How to complete this task
Look below for the line that has "f 53 150 151". Set down the lines from there through the line that has "f 13 138 14", exactly as written.

Material supplied
———

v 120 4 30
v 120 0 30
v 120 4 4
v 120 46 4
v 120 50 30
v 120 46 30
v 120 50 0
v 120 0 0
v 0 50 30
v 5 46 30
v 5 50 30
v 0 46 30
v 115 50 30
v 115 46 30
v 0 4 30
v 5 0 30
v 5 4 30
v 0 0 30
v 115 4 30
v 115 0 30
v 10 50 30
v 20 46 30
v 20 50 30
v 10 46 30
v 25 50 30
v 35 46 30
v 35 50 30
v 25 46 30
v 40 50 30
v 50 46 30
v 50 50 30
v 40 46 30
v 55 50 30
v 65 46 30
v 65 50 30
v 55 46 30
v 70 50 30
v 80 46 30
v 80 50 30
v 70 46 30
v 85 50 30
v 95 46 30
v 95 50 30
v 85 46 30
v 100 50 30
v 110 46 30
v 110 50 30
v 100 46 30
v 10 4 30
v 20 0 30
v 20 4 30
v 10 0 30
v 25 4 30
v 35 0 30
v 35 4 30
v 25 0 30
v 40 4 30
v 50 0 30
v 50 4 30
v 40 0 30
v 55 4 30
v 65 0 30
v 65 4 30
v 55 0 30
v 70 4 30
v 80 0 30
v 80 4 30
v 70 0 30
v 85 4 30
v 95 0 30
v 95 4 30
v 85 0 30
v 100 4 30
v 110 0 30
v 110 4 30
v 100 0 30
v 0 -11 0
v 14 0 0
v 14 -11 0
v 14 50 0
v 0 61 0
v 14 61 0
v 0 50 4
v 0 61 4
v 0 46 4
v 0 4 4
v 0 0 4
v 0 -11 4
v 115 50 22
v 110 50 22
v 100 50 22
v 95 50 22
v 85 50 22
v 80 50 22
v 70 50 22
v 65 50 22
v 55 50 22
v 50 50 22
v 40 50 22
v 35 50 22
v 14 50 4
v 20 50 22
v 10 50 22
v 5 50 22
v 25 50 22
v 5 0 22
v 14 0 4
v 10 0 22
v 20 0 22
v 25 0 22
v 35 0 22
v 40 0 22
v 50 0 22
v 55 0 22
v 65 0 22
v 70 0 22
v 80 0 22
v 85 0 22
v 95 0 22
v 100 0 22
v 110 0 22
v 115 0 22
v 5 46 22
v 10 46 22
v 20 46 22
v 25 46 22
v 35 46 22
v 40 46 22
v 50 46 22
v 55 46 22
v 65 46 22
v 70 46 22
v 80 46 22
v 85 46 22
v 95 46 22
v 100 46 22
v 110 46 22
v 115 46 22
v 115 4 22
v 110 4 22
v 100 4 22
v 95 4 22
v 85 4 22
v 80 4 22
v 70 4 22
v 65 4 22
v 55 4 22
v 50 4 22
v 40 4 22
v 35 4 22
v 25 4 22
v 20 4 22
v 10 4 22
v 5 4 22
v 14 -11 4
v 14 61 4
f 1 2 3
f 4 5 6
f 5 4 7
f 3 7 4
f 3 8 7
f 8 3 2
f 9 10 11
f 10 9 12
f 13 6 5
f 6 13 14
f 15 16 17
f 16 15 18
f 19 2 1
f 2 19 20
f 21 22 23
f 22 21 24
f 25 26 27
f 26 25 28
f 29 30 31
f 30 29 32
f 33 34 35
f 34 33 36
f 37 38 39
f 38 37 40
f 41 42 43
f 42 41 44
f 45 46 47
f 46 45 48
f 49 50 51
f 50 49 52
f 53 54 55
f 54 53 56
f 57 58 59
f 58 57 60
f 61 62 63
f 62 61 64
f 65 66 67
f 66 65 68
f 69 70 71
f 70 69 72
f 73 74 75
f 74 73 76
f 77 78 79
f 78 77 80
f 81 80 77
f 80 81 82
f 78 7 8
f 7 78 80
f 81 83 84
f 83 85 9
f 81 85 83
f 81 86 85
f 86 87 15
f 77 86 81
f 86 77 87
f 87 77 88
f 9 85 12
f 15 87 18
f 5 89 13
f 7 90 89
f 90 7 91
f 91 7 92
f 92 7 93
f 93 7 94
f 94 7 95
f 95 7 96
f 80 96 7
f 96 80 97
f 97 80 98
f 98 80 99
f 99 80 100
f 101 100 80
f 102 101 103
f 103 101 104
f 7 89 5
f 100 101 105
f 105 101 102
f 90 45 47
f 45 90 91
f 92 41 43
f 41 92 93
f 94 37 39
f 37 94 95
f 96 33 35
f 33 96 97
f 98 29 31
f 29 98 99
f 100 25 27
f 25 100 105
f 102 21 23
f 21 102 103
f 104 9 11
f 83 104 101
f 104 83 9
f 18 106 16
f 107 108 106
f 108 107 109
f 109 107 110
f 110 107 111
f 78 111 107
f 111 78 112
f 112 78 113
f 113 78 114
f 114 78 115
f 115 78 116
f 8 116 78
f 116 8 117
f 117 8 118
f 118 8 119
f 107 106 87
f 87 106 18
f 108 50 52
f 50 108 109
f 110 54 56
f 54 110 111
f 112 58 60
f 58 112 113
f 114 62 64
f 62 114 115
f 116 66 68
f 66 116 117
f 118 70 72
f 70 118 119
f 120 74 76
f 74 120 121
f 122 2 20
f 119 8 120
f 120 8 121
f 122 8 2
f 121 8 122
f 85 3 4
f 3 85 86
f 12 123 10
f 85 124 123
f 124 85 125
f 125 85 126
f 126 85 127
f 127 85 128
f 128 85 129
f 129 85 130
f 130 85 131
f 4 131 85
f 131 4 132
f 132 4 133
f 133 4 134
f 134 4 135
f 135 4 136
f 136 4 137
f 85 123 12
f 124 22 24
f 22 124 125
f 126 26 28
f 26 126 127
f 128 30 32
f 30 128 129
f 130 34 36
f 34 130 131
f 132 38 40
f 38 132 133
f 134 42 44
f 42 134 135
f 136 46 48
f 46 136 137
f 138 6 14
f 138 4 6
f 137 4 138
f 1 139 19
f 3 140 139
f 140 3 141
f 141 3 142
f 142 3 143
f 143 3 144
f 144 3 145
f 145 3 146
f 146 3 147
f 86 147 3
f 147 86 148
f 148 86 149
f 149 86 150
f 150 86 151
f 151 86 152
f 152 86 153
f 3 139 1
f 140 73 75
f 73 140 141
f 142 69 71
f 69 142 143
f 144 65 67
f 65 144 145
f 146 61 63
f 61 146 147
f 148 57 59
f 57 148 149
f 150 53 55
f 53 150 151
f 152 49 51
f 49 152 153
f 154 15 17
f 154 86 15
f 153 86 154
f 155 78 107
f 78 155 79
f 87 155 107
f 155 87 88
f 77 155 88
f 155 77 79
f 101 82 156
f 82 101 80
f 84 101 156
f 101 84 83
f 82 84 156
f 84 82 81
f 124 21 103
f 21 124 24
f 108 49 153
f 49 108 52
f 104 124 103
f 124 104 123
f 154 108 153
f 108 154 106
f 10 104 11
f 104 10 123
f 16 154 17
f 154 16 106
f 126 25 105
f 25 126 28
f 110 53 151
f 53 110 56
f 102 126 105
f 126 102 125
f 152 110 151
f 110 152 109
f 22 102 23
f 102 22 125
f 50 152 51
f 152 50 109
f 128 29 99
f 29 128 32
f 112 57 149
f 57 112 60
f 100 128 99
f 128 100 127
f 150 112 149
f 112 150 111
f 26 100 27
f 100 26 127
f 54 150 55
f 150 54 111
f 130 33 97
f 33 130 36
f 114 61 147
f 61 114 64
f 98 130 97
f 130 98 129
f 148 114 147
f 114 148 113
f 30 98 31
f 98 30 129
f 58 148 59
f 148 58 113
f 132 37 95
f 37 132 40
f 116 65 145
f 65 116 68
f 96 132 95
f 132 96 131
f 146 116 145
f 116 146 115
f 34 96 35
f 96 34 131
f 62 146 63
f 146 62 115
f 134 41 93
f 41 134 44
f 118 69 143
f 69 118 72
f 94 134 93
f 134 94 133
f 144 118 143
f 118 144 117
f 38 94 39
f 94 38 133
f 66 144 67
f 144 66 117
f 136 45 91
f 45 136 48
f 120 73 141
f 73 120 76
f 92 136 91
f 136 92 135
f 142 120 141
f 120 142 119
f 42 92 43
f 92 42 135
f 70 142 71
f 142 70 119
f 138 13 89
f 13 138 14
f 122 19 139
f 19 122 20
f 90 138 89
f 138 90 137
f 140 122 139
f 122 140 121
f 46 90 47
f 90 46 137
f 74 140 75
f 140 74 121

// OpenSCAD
$fn = 32;

// ----------------------------------------------------------------------
// Cable duct: 120 x 50 x 30 mm, 8 fingers
// ----------------------------------------------------------------------

// --- parameters (mm) ---
duct_len = 120;           // duct length, X
duct_w = 50;              // duct width, Y
duct_h = 30;              // duct height, Z
wall_t = 4;               // side wall thickness
floor_t = 4;              // floor thickness
slot_w = 5;               // finger slot width
slot_h = 18;              // finger slot height
fingers = 8;              // number of finger slots per side
pitch = 15;               // finger pitch
ear_w = 12;               // mounting ear width
ear_l = 14;               // mounting ear length

module shell() {
  difference() {
    cube([duct_len, duct_w, duct_h]);
    /* open top channel */
    translate([-wall_t - 1, wall_t, floor_t])
      cube([duct_len + 2 * wall_t + 2, duct_w - 2 * wall_t, duct_h + 1]);
  }
}

module ears() {
  translate([0, -ear_w + 1, 0]) cube([ear_l, ear_w, floor_t]);
  translate([0, duct_w - 1, 0]) cube([ear_l, ear_w, floor_t]);
}

difference() {
  union() {
    shell();
    ears();
  }
  /* finger slots cut through both side walls */
  for (i = [0 : fingers - 1]) translate([pitch / 2 + i * pitch - slot_w / 2, -1, floor_t + slot_h]) cube([slot_w, duct_w + 2, duct_h]);
}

———

Output of the exercise
f 53 150 151
f 152 49 51
f 49 152 153
f 154 15 17
f 154 86 15
f 153 86 154
f 155 78 107
f 78 155 79
f 87 155 107
f 155 87 88
f 77 155 88
f 155 77 79
f 101 82 156
f 82 101 80
f 84 101 156
f 101 84 83
f 82 84 156
f 84 82 81
f 124 21 103
f 21 124 24
f 108 49 153
f 49 108 52
f 104 124 103
f 124 104 123
f 154 108 153
f 108 154 106
f 10 104 11
f 104 10 123
f 16 154 17
f 154 16 106
f 126 25 105
f 25 126 28
f 110 53 151
f 53 110 56
f 102 126 105
f 126 102 125
f 152 110 151
f 110 152 109
f 22 102 23
f 102 22 125
f 50 152 51
f 152 50 109
f 128 29 99
f 29 128 32
f 112 57 149
f 57 112 60
f 100 128 99
f 128 100 127
f 150 112 149
f 112 150 111
f 26 100 27
f 100 26 127
f 54 150 55
f 150 54 111
f 130 33 97
f 33 130 36
f 114 61 147
f 61 114 64
f 98 130 97
f 130 98 129
f 148 114 147
f 114 148 113
f 30 98 31
f 98 30 129
f 58 148 59
f 148 58 113
f 132 37 95
f 37 132 40
f 116 65 145
f 65 116 68
f 96 132 95
f 132 96 131
f 146 116 145
f 116 146 115
f 34 96 35
f 96 34 131
f 62 146 63
f 146 62 115
f 134 41 93
f 41 134 44
f 118 69 143
f 69 118 72
f 94 134 93
f 134 94 133
f 144 118 143
f 118 144 117
f 38 94 39
f 94 38 133
f 66 144 67
f 144 66 117
f 136 45 91
f 45 136 48
f 120 73 141
f 73 120 76
f 92 136 91
f 136 92 135
f 142 120 141
f 120 142 119
f 42 92 43
f 92 42 135
f 70 142 71
f 142 70 119
f 138 13 89
f 13 138 14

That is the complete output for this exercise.